I've been using a handheld coping saw to cut basic shapes like fishes, hearts etc from pine. About 15-25mm thick, but its hard going and very time consuming. Would an electric scroll saw be better and can you recommend any?

Unfortunately my budget is about £100. I looked the Clarke CSS400B or the Dremal moto saw or the axminister hobby AWFS16.

Any advise would be great.

Thanks
Paul


----------



## martinka (12 Jan 2014)

Hi Paul,

You are probably going to be advised to save up for a few years and buy a Hegner. Personally I would prefer to try to recommend something that is actually within your budget. However, there's a second hand Hegner in the For Sale section of this forum for 175 quid, so I'd advise you sell your first born and put the proceeds to your 100 quid and buy that.

Recommending a budget scroll saw is difficult because there's so much rubbish around. I can only recommend the one I had which was a Jet JSS16, which Axminster also sell. It had its limitations but worked fine for me with a couple of little modifications. The same saw is sold under other brand names with slight differences. All come from China and any of them could be a bad one. Whatever you end up with, throw away the blades that come with it and buy decent blades.

The clamps for using pinless blades on the CS400B and AWFS16 are a pain to use and are known to break, so I would say steer clear of those two. I've never seen the Dremel one but I've read about it and I wouldn't recommend that either for anything other than very occasional light use. I wouldn't want to use it for anything as thick as 25mm.

There will be many occasional users out there who get along with the cheapest of scroll saws that do everything they ask, so I hope I haven't put you off too much. Best thing is to keep reading this and any other scrolling forums, and any books you can lay your hands on, until you decide exactly what you want from your saw. Take you time choosing and pick one that you will be happy with for a long time. 
(It'll be a Hegner) :mrgreen:

edit: One more thing, if you really must keep within your £100 budget, buy second hand from somewhere like ebay or Gumtree and you will save a lot of money for a hardly used saw.


----------



## heatherw (12 Jan 2014)

If it's to cut out basic shapes for furniture, hearts, clubs, ovals etc, I used a jigsaw for this purpose for several years with success. An electronic jigsaw is pleasanter to use because of the soft start, and a good one should be cheaper than a cheap scroll saw. You move the saw instead of the wood, so it's possible to manage larger workpieces.


----------



## Bryan Bennett (12 Jan 2014)

Hi Paul I endorse everything that Martin has said, a very warm welcome to the group and I hope that you will enjoy the posts on here.This is the place that you will get good advice. :roll: 

Bryan


----------



## boysie39 (12 Jan 2014)

Paul , Welcome I hope you enjoy your time on here ,they are a good lot and will help you all they can .

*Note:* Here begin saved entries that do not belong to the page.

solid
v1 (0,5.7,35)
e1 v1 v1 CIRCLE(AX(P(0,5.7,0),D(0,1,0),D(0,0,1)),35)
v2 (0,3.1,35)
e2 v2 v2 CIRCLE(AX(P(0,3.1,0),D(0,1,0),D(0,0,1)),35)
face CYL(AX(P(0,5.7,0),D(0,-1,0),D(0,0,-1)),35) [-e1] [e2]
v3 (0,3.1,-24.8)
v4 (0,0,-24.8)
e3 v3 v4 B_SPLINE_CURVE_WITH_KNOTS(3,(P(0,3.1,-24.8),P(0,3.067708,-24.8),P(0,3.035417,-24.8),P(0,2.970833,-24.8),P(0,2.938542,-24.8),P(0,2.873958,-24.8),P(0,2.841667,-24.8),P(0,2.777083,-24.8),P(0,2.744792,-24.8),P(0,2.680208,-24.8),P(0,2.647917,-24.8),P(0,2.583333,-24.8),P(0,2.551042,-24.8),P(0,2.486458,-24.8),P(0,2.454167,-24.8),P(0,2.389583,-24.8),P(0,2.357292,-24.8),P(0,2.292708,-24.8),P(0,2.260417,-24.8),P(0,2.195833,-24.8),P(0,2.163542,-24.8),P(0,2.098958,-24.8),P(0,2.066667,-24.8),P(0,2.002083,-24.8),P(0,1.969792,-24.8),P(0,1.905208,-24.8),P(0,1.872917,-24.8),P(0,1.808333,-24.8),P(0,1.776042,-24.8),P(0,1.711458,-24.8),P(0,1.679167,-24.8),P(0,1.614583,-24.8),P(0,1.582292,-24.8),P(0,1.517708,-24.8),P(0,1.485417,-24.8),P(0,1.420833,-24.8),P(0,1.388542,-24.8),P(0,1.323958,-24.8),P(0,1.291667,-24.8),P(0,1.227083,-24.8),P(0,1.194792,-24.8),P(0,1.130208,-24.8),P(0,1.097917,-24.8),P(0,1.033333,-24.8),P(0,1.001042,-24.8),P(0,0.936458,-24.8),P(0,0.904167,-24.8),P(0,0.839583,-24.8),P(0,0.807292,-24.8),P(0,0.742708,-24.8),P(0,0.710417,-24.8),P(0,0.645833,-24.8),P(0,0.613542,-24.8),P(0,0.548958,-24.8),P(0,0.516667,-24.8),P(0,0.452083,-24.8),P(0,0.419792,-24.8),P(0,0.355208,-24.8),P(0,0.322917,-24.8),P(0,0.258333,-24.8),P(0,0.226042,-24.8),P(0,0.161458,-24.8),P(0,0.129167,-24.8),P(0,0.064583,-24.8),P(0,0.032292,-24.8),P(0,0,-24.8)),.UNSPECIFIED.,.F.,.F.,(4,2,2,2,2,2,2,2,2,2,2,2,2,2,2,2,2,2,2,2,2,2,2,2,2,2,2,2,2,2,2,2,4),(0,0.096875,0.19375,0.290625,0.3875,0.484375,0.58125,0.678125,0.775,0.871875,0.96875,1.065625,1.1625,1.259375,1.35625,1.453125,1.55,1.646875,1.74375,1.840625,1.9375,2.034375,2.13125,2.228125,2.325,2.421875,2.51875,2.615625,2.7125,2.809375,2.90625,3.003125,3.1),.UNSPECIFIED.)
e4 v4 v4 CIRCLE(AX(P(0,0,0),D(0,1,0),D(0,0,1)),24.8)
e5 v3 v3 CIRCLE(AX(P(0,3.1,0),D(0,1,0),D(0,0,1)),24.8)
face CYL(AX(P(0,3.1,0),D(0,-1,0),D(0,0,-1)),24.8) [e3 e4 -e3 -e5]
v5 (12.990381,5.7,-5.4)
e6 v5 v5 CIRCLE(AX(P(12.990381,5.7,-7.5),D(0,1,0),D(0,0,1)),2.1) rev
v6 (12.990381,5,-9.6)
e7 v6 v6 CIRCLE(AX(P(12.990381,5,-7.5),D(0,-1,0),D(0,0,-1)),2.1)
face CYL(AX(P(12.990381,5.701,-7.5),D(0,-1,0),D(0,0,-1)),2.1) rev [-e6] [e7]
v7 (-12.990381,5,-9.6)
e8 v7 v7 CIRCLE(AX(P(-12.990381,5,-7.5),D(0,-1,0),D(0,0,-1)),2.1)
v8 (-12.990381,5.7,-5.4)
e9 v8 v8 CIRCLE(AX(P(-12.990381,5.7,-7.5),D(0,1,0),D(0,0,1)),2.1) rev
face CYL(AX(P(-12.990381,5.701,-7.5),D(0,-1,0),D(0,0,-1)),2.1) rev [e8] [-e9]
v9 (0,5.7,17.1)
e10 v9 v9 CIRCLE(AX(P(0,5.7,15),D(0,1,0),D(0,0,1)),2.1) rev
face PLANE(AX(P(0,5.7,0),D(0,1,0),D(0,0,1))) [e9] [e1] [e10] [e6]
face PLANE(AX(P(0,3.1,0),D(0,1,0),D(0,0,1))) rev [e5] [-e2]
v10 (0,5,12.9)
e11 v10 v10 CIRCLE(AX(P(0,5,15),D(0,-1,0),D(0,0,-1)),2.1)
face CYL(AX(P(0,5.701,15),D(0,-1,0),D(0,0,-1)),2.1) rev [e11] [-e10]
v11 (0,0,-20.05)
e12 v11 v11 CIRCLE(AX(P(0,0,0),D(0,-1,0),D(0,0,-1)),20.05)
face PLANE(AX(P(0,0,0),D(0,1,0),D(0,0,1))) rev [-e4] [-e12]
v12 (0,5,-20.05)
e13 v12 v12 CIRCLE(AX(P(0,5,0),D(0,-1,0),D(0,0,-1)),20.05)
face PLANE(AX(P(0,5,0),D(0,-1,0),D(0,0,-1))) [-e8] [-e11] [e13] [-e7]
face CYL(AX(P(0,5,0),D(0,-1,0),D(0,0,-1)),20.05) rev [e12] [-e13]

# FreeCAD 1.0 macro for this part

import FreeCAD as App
import Part
import Sketcher

V = App.Vector

doc = App.newDocument("Part")
body = doc.addObject("PartDesign::Body", "Body")

sketch1 = body.newObject("Sketcher::SketchObject", "Sketch")
sketch1.AttachmentSupport = (doc.getObject("XZ_Plane"), [""])
sketch1.MapMode = "FlatFace"
sketch1.addGeometry(Part.Circle(V(0, 0, 0), V(0, 0, 1), 24.8), False)
sketch1.addConstraint(Sketcher.Constraint("Coincident", 0, 3, -1, 1))
sketch1.addConstraint(Sketcher.Constraint("Diameter", 0, 49.6))
pad1 = body.newObject("PartDesign::Pad", "Pad")
pad1.Profile = sketch1
pad1.Length = 3.1
pad1.Reversed = True

sketch2 = body.newObject("Sketcher::SketchObject", "Sketch001")
sketch2.AttachmentSupport = (doc.getObject("XZ_Plane"), [""])
sketch2.MapMode = "FlatFace"
sketch2.AttachmentOffset = App.Placement(V(0, 0, -3.1), App.Rotation())
sketch2.addGeometry(Part.Circle(V(0, 0, 0), V(0, 0, 1), 35), False)
sketch2.addConstraint(Sketcher.Constraint("Coincident", 0, 3, -1, 1))
sketch2.addConstraint(Sketcher.Constraint("Diameter", 0, 70.0))
pad2 = body.newObject("PartDesign::Pad", "Pad001")
pad2.Profile = sketch2
pad2.Length = 2.6
pad2.Reversed = True

sketch3 = body.newObject("Sketcher::SketchObject", "Sketch002")
sketch3.AttachmentSupport = (doc.getObject("XZ_Plane"), [""])
sketch3.MapMode = "FlatFace"
sketch3.addGeometry(Part.Circle(V(0, 0, 0), V(0, 0, 1), 20.05), False)
sketch3.addConstraint(Sketcher.Constraint("Coincident", 0, 3, -1, 1))
sketch3.addConstraint(Sketcher.Constraint("Diameter", 0, 40.1))
pocket1 = body.newObject("PartDesign::Pocket", "Pocket")
pocket1.Profile = sketch3
pocket1.Length = 5

sketch4 = body.newObject("Sketcher::SketchObject", "Sketch003")
sketch4.AttachmentSupport = (doc.getObject("XZ_Plane"), [""])
sketch4.MapMode = "FlatFace"
sketch4.AttachmentOffset = App.Placement(V(0, 0, -5), App.Rotation())
sketch4.addGeometry(Part.Circle(V(0, 15, 0), V(0, 0, 1), 2.1), False)
sketch4.addConstraint(Sketcher.Constraint("PointOnObject", 0, 3, -2))
sketch4.addConstraint(Sketcher.Constraint("Diameter", 0, 4.2))
sketch4.addConstraint(Sketcher.Constraint("DistanceY", -1, 1, 0, 3, 15.0))
pocket2 = body.newObject("PartDesign::Pocket", "Pocket001")
pocket2.Profile = sketch4
pocket2.Type = "UpToFirst"

sketch5 = body.newObject("Sketcher::SketchObject", "Sketch004")
sketch5.AttachmentSupport = (doc.getObject("XZ_Plane"), [""])
sketch5.MapMode = "FlatFace"
sketch5.AttachmentOffset = App.Placement(V(0, 0, -5), App.Rotation())
sketch5.addGeometry(Part.Circle(V(-12.990381, -7.5, 0), V(0, 0, 1), 2.1), False)
sketch5.addConstraint(Sketcher.Constraint("Diameter", 0, 4.2))
sketch5.addConstraint(Sketcher.Constraint("DistanceY", 0, 3, -1, 1, 7.5))
sketch5.addConstraint(Sketcher.Constraint("DistanceX", 0, 3, -1, 1, 12.990381))
pocket3 = body.newObject("PartDesign::Pocket", "Pocket002")
pocket3.Profile = sketch5
pocket3.Type = "UpToFirst"

sketch6 = body.newObject("Sketcher::SketchObject", "Sketch005")
sketch6.AttachmentSupport = (doc.getObject("XZ_Plane"), [""])
sketch6.MapMode = "FlatFace"
sketch6.AttachmentOffset = App.Placement(V(0, 0, -5), App.Rotation())
sketch6.addGeometry(Part.Circle(V(12.990381, -7.5, 0), V(0, 0, 1), 2.1), False)
sketch6.addConstraint(Sketcher.Constraint("Diameter", 0, 4.2))
sketch6.addConstraint(Sketcher.Constraint("DistanceY", 0, 3, -1, 1, 7.5))
sketch6.addConstraint(Sketcher.Constraint("DistanceX", -1, 1, 0, 3, 12.990381))
pocket4 = body.newObject("PartDesign::Pocket", "Pocket003")
pocket4.Profile = sketch6
pocket4.Type = "UpToFirst"

doc.recompute()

I would agree with what Martin has posted regarding scroll saws but if you are just cutting out the odd few designs , Heather's idea might be the cheapest way to go .


----------



## bodge (12 Jan 2014)

I recently bought a JSS-16 Jet from Axminster and while I am a complete newb to scrolling and have no benchmark to work from, I am currently very happy with it. Slightly over your budget, but I suspect worth the extra over the really basic models if you can muster it.
Best advice I can give is, as above really, follow this (and other!) forums, ask questions and don't expect too much from a budget saw and you will be fine. I spent a fair bit of time watching YouTube videos on how to set up the saw properly and most importantly, tension the blade and this in itself has made a HUGE difference. I really was amazed at the difference correct blade tension made.
Aside from that, welcome to the forums and enjoy your new hobby!


----------



## ChrisR (13 Jan 2014)

Hi Paul, welcome.

As other posts, Martin has given you sound advice. 

Take care.

Chris R.


----------



## paul24dual (13 Jan 2014)

Thanks for the reply guys and the warm welcome.

I’ve managed to find another £100 so takes my budget up to £200!! Before I go and purchase a lot of stuff, some more advice if you would.

I’ve bought a book called simple woodworking which as some really nice projects to make for beginners. The book as small shapes like fishes, hearts etc but there are some projects that have 4ft panels which need to be cut.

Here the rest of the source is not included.